Moyer would never have survived without that either.
DarkSide830
That’s a potential choice there, Moyer. Also Utley as a first base coach would be a nice choice – name recognition and the single season record for steals in a 100% SB% season.
steelerbravenation
Easy for Ricky to say when he had speed
Woods Rider
How many guys with speed in today’s game can’t steal a bag worth a squat?
Too many.
Cat Mando
Well, that’s 50% of the news I wanted to see. Gilligan is gone, let’s make it the Skipper too.
jd396
I’d like folks trashing analytics to explain exactly what it is they don’t like about it. To my knowledge no coach in baseball prints out Excel spreadsheets on letter paper, wads them up into a ball, and lodges them in players’ tracheas. So when we say players are smothered with analytics, what exactly does that mean?
I’m definitely not saying there isn’t a balance, and I’m definitely not saying that there aren’t coaches that overdo it, but the sweeping generalizations are a bit much.
DarkSide830
Kapler does exactly what you say. im not completely anti-analytics, but i think they are well overused, and Gabe is exhibit A. he lives or dies by the spreadsheet, taking pitchers out at awkward times and sticking with guys like VV and Pivetta simply because the spreadsheet said they “should” be good. he puts ice-cold players in key spots in the order simply because they are hitting the ball hard, and starts guys like Miller and Rodriguez, frequently at the few positions they can’t play. for everything that is wrong with analytics, there is a corresponding Kapler screw-up. all the Phils need is a coach who knows that analytics is a supplementary piece that should be used to identify “potential” hidden gems, make minor lineup tweaks, and to help individual players try to improve their game – if the tweaks in question work for them. unfortunately Kapler does not know this, ans therefore must be replaced.
♪
Hoping Ray Searage is brought in to interview for pitching coach.
money
Ray Searage would be a big improvement but he’s got to have something to work with. Other than Nola and Eflin I don’t see anyone. The bullpen is garbage you could replace everyone and not lose a thing.

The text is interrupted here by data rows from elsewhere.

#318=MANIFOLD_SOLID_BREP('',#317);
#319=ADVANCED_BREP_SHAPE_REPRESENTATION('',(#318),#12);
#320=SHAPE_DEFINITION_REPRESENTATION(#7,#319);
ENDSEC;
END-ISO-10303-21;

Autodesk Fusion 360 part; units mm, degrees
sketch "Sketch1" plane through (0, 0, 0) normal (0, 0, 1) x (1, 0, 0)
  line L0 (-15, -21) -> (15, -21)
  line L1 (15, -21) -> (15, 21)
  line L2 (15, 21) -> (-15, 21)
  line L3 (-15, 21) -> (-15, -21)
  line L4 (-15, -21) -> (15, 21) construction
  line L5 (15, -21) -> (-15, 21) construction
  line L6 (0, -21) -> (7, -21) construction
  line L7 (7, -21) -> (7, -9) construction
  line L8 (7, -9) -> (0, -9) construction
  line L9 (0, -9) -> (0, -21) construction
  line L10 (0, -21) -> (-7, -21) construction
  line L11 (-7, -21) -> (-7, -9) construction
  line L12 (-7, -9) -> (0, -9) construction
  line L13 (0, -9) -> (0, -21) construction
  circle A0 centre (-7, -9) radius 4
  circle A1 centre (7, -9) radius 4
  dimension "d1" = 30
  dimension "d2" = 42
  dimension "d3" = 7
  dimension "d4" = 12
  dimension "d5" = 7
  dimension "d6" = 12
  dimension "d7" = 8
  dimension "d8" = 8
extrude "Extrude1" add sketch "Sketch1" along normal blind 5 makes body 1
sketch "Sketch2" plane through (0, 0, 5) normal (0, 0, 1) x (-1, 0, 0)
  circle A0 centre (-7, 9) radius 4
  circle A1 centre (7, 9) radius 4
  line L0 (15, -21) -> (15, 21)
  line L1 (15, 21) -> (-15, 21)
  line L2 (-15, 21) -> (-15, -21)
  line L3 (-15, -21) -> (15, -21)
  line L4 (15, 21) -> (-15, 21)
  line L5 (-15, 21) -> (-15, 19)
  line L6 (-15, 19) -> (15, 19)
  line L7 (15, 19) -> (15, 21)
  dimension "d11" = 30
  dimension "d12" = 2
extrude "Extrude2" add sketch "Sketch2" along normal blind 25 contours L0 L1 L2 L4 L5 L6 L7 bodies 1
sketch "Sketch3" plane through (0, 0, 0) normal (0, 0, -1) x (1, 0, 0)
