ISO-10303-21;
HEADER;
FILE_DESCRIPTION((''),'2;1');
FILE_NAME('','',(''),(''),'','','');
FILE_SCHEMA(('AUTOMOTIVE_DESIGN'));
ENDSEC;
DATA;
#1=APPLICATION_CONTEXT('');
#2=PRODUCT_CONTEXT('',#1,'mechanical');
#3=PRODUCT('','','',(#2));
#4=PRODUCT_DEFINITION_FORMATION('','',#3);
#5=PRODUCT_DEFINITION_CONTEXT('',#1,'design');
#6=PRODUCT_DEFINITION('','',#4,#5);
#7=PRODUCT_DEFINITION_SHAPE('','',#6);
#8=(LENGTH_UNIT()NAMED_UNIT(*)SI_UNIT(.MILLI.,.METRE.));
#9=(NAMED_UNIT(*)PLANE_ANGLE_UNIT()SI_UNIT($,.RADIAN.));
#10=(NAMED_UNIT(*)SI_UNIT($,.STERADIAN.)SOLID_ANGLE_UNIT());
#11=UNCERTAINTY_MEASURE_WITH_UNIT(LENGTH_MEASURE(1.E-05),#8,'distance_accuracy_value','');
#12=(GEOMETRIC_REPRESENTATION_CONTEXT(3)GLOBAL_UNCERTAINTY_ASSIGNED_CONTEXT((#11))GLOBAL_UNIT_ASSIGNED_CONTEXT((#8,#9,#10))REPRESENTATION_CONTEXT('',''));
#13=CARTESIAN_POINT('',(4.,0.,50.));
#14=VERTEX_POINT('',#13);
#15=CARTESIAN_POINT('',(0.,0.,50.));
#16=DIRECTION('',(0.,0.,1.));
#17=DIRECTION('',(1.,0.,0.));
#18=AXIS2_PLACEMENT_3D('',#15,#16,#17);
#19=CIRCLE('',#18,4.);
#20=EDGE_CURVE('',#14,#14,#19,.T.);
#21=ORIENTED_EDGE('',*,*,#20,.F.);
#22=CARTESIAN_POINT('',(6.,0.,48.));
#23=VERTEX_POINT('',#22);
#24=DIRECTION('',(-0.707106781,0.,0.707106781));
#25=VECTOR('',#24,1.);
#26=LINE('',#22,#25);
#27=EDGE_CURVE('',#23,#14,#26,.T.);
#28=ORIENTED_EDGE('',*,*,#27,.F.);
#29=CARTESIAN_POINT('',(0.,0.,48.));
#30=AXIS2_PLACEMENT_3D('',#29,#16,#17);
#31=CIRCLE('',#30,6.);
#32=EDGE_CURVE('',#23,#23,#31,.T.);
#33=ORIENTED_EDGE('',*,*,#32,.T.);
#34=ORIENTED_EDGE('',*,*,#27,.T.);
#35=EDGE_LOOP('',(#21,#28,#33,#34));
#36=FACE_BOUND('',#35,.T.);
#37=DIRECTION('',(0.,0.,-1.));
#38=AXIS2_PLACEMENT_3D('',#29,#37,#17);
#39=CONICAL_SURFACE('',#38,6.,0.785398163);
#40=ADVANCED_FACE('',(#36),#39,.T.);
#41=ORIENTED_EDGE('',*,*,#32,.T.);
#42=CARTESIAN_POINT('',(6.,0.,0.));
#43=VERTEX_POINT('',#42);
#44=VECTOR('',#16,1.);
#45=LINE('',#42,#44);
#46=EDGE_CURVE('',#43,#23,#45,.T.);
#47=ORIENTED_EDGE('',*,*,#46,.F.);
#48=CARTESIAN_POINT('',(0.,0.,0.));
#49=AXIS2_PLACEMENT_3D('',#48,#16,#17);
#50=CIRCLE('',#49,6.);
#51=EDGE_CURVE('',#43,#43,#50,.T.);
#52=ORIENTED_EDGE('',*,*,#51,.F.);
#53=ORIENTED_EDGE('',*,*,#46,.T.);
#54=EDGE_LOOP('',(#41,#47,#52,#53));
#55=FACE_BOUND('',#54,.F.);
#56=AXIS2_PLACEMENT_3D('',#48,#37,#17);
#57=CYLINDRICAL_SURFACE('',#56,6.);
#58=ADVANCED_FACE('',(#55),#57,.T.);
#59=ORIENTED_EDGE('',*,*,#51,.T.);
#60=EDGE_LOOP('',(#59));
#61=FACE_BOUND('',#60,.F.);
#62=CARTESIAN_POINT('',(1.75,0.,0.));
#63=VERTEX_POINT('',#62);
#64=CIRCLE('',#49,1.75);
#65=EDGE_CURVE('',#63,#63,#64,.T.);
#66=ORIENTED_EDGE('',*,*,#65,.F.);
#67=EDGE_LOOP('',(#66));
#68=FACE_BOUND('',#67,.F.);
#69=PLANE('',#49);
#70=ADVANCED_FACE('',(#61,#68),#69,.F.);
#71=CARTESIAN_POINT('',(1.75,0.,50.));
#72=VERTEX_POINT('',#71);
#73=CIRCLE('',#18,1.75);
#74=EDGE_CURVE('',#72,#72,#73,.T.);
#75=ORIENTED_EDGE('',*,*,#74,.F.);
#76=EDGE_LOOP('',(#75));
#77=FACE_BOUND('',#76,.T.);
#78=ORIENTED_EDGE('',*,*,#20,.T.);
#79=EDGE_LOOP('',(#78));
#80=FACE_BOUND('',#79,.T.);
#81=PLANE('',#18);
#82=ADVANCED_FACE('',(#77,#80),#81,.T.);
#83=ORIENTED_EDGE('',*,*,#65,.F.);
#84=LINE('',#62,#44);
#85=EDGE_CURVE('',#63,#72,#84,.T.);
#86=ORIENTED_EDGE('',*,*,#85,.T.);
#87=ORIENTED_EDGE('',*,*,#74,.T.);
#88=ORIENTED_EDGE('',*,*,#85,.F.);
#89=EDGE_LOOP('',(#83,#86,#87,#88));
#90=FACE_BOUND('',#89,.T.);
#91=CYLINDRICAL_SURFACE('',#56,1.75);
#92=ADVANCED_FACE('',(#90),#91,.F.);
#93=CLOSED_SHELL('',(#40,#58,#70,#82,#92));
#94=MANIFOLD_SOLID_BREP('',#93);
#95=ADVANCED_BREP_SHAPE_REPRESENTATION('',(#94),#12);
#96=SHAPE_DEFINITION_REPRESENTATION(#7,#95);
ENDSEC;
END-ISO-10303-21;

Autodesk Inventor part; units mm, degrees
ref_plane "YZ Plane" through (0, 0, 0) normal (1, 0, 0) x (0, 1, 0)
ref_plane "XZ Plane" through (0, 0, 0) normal (0, 1, 0) x (-1, 0, 0)
ref_plane "XY Plane" through (0, 0, 0) normal (0, 0, 1) x (1, 0, 0)
sketch "Sketch2" plane through (0, 0, 0) normal (0, 0, 1) x (1, 0, 0)
  circle A0 centre (0, 0) radius 6
  circle A1 centre (0, 0) radius 1.75
  dimension "d11" = 12
  dimension "d12" = 3.5
extrude "Extrusion2" add sketch "Sketch2" along normal blind 50
chamfer "Chamfer1" distance 2 angle 45 1 edges at (-6, 0, 50)
properties part number "M19 - Wooden Dowel" material "Wood (Cherry)"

Scouting and player development needs improvement. They aren’t giving the big club anything they can use.
phillyballers
Thank Baby Jesus
Mr. Sarcasm
I read where Rich Dubee. Might be considered again. Hmm….
modifish
Phils need to ditch Krapler and bring in Mike Scioscia. He would be 2020’s version of Dallas Green. Similar situation this year to to 1979. Green replaced Ozark whom had let the clubhouse become a country club with no discipline just like Krapler lets everyone do as they please because he’s afraid to hurt their feelings. Scioscia is one of the last of the true baseball managers still young enough to do the job. I think he’d mesh well with the fans and shock the clubhouse out of their analytics induced coma. If Klentak doesn’t like it he can go too. His approach to assessing pitching is abysmal and he is too caught up in his smarter than thou number worshipping ways to even understand what he’s doing wrong. I still think this team has the potential to be a playoff team and World Series contender in 2020 if they make the right moves regarding pitching and get back to basics.